- _Task to carry out_
From the entries below, return only the lines starting at the one that contains "line L0 (-0.3138, 1.5952)" and ending at the one that contains "The same part", exactly as they stand.

- Opening Delimiter -

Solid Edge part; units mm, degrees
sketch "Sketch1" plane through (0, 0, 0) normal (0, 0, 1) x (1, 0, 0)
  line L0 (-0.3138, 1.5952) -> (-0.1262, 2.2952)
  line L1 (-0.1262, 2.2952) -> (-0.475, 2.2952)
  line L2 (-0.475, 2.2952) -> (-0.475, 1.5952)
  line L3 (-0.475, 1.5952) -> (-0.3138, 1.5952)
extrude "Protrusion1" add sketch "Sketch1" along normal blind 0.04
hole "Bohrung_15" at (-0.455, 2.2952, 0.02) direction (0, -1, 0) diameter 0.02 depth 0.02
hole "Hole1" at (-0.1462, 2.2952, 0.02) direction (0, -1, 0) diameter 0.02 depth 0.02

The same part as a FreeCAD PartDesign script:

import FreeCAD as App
import Part
import Sketcher

V = App.Vector
Q = App.Units.Quantity


def add_polygon(sketch, points):
    """Adds a closed chain of lines whose ends are joined by coincident constraints."""
    first, n = sketch.GeometryCount, len(points)
    for a, b in zip(points, points[1:] + points[:1]):
        sketch.addGeometry(Part.LineSegment(App.Vector(*a, 0), App.Vector(*b, 0)), False)
    for i in range(n):
        sketch.addConstraint(Sketcher.Constraint("Coincident", first + i, 2, first + (i + 1) % n, 1))

doc = App.newDocument("Part")
body = doc.addObject("PartDesign::Body", "Body")

sketch1 = body.newObject("Sketcher::SketchObject", "Sketch")
sketch1.AttachmentSupport = (doc.getObject("XY_Plane"), [""])
sketch1.MapMode = "FlatFace"
add_polygon(sketch1, [(-0.475, 1.5952), (-0.3138, 1.5952), (-0.1262, 2.2952), (-0.475, 2.2952)])
sketch1.addConstraint([
    Sketcher.Constraint("Horizontal", 0),
    Sketcher.Constraint("Horizontal", 2),
    Sketcher.Constraint("Vertical", 3),
    Sketcher.Constraint("DistanceY", 3, 2, 3, 1, Q("0.7 mm")),
    Sketcher.Constraint("DistanceX", 0, 1, 0, 2, Q("0.1612 mm")),
    Sketcher.Constraint("DistanceX", 2, 2, 2, 1, Q("0.3488 mm")),
    Sketcher.Constraint("DistanceX", 2, 2, -1, 1, Q("0.475 mm")),
    Sketcher.Constraint("DistanceY", -1, 1, 0, 2, Q("1.5952 mm")),
])
pad1 = body.newObject("PartDesign::Pad", "Pad")
pad1.Profile = sketch1
pad1.Length = 0.04

sketch2 = body.newObject("Sketcher::SketchObject", "Sketch001")
sketch2.AttachmentSupport = (doc.getObject("XZ_Plane"), [""])
sketch2.MapMode = "FlatFace"
sketch2.AttachmentOffset = App.Placement(V(0, 0, -2.2952), App.Rotation())
sketch2.addGeometry(Part.Circle(V(-0.455, 0.02, 0), V(0, 0, 1), 0.01), False)
sketch2.addConstraint([
    Sketcher.Constraint("Diameter", 0, Q("0.02 mm")),
    Sketcher.Constraint("DistanceY", -1, 1, 0, 3, Q("0.02 mm")),
    Sketcher.Constraint("DistanceX", 0, 3, -1, 1, Q("0.455 mm")),
])
doc.recompute()
hole = body.newObject("PartDesign::Hole", "Hole")
hole.Profile = sketch2
hole.ThreadType = "None"
hole.Diameter = 0.02
hole.DepthType = "Dimension"
hole.Depth = 0.02
hole.DrillPoint = "Flat"
hole.Reversed = True

sketch3 = body.newObject("Sketcher::SketchObject", "Sketch002")
sketch3.AttachmentSupport = (doc.getObject("XZ_Plane"), [""])
sketch3.MapMode = "FlatFace"
sketch3.AttachmentOffset = App.Placement(V(0, 0, -2.2952), App.Rotation())
sketch3.addGeometry(Part.Circle(V(-0.1462, 0.02, 0), V(0, 0, 1), 0.01), False)
sketch3.addConstraint([
    Sketcher.Constraint("Diameter", 0, Q("0.02 mm")),
    Sketcher.Constraint("DistanceY", -1, 1, 0, 3, Q("0.02 mm")),
    Sketcher.Constraint("DistanceX", 0, 3, -1, 1, Q("0.1462 mm")),
])
doc.recompute()
hole2 = body.newObject("PartDesign::Hole", "Hole001")
hole2.Profile = sketch3
hole2.ThreadType = "None"
hole2.Diameter = 0.02
hole2.DepthType = "Dimension"
hole2.Depth = 0.02
hole2.DrillPoint = "Flat"
hole2.Reversed = True

doc.recompute()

- Closing Delimiter -

- _Exercise response_
  line L0 (-0.3138, 1.5952) -> (-0.1262, 2.2952)
  line L1 (-0.1262, 2.2952) -> (-0.475, 2.2952)
  line L2 (-0.475, 2.2952) -> (-0.475, 1.5952)
  line L3 (-0.475, 1.5952) -> (-0.3138, 1.5952)
extrude "Protrusion1" add sketch "Sketch1" along normal blind 0.04
hole "Bohrung_15" at (-0.455, 2.2952, 0.02) direction (0, -1, 0) diameter 0.02 depth 0.02
hole "Hole1" at (-0.1462, 2.2952, 0.02) direction (0, -1, 0) diameter 0.02 depth 0.02

The same part as a FreeCAD PartDesign script:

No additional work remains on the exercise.